Pediatrics. 2023 Aug 16:e2023061522. doi: 10.1542/peds.2023-061522. Online ahead of print.

ABSTRACT

BACKGROUND: Although significant research is devoted to transitions of care at discharge, few measures assess the quality of transitions into the hospital. Our objective was to develop a caregiver-reported quality measure to evaluate the pediatric hospital admission experience.

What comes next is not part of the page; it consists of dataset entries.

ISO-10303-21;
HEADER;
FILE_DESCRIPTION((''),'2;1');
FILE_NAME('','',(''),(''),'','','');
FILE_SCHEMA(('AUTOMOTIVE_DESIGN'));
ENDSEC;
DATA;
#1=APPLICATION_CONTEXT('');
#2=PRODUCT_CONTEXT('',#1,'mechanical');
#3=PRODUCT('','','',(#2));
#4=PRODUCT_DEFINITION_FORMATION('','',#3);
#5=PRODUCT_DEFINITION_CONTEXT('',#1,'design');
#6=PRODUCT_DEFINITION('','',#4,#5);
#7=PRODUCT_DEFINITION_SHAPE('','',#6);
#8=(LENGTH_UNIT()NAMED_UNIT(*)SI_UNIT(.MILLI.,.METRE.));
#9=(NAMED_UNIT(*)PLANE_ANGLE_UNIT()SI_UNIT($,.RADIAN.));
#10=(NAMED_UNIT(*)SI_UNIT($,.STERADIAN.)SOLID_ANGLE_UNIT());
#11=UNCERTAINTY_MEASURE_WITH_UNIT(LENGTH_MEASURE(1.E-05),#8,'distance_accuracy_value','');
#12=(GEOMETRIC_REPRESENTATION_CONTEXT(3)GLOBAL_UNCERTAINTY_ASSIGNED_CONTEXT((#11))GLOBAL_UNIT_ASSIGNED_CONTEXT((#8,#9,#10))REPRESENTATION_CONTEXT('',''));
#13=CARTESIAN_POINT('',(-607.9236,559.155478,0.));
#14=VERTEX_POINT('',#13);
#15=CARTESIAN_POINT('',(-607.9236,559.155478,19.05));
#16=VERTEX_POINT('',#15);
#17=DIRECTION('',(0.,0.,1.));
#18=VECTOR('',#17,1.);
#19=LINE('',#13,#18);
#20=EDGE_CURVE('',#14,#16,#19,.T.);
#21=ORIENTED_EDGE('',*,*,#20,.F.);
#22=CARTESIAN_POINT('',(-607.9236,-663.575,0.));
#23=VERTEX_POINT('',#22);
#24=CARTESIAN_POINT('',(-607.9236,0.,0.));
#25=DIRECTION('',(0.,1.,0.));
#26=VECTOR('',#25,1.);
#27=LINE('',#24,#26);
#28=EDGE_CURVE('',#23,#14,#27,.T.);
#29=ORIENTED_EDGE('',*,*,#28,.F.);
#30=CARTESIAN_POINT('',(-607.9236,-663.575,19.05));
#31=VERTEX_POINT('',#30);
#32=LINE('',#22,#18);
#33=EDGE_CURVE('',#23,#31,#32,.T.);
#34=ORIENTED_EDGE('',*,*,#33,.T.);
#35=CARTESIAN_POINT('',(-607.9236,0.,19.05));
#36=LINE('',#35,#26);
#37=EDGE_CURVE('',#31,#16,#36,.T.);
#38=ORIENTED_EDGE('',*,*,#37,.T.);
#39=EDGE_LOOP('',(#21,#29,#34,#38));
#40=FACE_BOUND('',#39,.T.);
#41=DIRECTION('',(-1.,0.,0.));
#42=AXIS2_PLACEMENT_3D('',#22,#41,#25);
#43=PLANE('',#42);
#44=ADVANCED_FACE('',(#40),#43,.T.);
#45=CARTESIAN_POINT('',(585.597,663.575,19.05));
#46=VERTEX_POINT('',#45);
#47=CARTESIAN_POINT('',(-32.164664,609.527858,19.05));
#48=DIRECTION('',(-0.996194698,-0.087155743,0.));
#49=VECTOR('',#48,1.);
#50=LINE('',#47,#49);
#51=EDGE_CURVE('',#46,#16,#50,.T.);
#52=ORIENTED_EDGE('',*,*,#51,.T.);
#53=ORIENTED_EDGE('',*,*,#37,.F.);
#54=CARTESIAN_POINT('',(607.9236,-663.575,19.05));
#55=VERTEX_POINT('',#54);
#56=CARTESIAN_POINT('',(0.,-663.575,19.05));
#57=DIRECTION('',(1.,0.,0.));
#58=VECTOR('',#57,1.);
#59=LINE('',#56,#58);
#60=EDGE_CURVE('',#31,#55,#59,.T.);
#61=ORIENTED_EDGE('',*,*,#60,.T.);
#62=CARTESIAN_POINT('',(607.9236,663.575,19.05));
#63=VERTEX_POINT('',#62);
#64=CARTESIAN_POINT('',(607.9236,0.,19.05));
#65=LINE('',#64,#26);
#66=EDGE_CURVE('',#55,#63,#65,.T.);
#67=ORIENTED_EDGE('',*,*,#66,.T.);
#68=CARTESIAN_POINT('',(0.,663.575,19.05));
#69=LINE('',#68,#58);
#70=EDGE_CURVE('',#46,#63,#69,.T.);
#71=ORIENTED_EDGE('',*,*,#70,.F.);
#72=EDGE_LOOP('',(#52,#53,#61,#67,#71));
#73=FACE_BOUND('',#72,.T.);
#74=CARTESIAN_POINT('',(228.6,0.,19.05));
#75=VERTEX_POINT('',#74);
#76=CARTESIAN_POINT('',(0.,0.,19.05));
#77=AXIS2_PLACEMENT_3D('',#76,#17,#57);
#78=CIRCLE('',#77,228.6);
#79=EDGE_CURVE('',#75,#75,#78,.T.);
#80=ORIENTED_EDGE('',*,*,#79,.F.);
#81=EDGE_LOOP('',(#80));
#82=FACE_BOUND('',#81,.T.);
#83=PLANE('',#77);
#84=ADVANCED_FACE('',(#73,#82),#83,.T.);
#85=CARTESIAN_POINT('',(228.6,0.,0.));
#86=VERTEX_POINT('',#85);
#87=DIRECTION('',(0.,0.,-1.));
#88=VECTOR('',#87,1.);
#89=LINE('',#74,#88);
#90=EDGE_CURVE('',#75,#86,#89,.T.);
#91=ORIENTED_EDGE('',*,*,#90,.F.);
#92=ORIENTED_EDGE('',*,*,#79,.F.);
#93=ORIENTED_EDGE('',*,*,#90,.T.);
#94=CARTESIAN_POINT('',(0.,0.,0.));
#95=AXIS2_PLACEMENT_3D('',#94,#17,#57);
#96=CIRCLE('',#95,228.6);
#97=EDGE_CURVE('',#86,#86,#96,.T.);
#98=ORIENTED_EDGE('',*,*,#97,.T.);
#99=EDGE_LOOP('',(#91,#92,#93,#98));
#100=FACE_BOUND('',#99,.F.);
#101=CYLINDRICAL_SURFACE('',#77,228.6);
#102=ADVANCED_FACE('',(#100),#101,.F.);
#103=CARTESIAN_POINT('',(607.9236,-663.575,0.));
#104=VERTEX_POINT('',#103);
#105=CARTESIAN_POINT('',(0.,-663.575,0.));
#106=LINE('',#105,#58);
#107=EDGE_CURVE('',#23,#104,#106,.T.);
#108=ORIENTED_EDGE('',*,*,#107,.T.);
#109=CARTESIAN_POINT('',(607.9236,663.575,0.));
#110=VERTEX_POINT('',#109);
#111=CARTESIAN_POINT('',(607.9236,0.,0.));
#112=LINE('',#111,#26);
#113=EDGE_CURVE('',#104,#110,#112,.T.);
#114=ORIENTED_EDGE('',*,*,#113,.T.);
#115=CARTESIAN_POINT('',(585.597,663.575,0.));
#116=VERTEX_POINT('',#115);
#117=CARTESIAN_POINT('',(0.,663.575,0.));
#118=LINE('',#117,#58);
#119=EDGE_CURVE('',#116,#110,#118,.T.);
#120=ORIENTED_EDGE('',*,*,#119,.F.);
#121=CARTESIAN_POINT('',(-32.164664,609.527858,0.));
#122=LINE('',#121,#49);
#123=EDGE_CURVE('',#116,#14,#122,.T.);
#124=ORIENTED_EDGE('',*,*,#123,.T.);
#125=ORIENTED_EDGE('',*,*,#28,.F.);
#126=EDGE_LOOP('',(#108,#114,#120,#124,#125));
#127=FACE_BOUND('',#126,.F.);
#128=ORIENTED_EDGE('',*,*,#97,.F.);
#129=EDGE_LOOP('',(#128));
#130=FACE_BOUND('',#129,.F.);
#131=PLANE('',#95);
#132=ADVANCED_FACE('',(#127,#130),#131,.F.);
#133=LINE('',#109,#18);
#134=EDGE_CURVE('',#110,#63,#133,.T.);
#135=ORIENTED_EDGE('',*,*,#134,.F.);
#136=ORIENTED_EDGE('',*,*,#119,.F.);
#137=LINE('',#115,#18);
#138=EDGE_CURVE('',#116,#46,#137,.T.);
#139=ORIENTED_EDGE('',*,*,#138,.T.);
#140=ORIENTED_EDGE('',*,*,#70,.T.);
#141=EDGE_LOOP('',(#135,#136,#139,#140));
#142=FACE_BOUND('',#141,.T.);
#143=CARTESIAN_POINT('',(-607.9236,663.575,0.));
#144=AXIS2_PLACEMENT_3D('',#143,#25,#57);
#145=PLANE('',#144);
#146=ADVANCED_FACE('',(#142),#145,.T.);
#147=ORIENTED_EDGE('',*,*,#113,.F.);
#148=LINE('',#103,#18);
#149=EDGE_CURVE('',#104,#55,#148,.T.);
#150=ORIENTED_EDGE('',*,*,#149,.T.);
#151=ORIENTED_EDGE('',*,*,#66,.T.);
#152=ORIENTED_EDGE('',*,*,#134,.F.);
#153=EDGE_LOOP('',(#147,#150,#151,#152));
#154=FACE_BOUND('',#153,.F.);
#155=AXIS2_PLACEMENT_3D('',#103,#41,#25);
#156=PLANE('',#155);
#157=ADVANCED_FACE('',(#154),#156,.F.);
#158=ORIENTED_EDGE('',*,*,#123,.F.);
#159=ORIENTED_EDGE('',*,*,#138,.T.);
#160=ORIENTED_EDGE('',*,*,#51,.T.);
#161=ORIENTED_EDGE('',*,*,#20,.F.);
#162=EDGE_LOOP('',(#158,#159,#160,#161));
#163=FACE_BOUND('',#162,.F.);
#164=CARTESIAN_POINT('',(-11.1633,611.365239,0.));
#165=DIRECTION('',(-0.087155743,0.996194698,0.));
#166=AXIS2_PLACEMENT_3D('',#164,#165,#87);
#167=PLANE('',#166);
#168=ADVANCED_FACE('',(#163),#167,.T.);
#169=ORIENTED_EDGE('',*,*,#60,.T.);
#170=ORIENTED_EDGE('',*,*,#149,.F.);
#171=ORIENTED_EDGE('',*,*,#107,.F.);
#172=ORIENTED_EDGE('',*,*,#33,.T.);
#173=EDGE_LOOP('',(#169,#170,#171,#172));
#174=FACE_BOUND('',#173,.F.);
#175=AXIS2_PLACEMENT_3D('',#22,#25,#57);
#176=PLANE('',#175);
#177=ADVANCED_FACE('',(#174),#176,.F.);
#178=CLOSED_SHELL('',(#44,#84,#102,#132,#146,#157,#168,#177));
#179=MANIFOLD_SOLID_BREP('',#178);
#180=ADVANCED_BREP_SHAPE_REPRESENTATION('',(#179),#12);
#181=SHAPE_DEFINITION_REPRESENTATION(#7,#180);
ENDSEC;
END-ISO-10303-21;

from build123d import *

# Parameters (mm, degrees)
F0_W     = 1215.8472
F0_H     = 1327.15
F1_DEPTH = 19.05
F2_SIZE2 = 104.4195221847
F2_SIZE  = 1193.5206
F3_R     = 228.6
F4_DEPTH = 19.051


with BuildPart() as f1:
    # F0 (on Top) → F1 (new body)
    with BuildSketch(Plane.XY):
        Rectangle(F0_W, F0_H)
    extrude(amount=F1_DEPTH)

    # F2
    f2_edges = [f1.edges().sort_by_distance(p)[0] for p in [
        (-607.9236, 663.575, 9.525),
    ]]
    f2_side = f1.faces().sort_by_distance((0, 663.575, 9.525))[0]
    chamfer(f2_edges, length=F2_SIZE, length2=F2_SIZE2, reference=f2_side)

    # F3 (on face) → F4 (cut, through all)
    with BuildSketch(Plane.XY.offset(19.05)):
        Circle(F3_R)
    extrude(amount=-F4_DEPTH, mode=Mode.SUBTRACT)


solid = f1.part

METHODS: Measure development included: (1) adapting items from existing instruments; (2) an expert-consensus process to prioritize survey items; (3) cognitive pretesting with caregivers (n = 16); and (4) pilot testing revised items (n = 27). Subsequently, the survey was administered to caregivers at 2 children’s hospitals and 1 general hospital from February 2020 through November 2021. Item reduction statistics and exploratory factor analysis were performed followed by confirmatory factor analysis. Domain scores were calculated using a top-box approach. Known-group validity and indices of model fit were evaluated.

RESULTS: The initial survey included 25 items completed by 910 caregivers. Following item reduction and the exploratory factor analysis, 14 items were mapped to 4 domains: (1) Patient and Family Engagement, (2) Information Sharing, (3) Effectiveness of Care Delivery, and (4) Timeliness of Care. The confirmatory factor analysis and validity testing supported the factor structure. Domain scores ranged from 49% (95% confidence interval, 46-53) for Timelines of Care to 81% (95% confidence interval, 65-84) for Patient and Family Engagement, with significant differences between general and children’s hospitals in Information Sharing and Effectiveness of Care Delivery.

CONCLUSIONS: A 4-domain caregiver-reported hospital admission experience measure demonstrated acceptable validity and psychometric properties across children’s and general hospitals. This measure can be used to evaluate the quality of transitions into the hospital and to focus quality improvement efforts.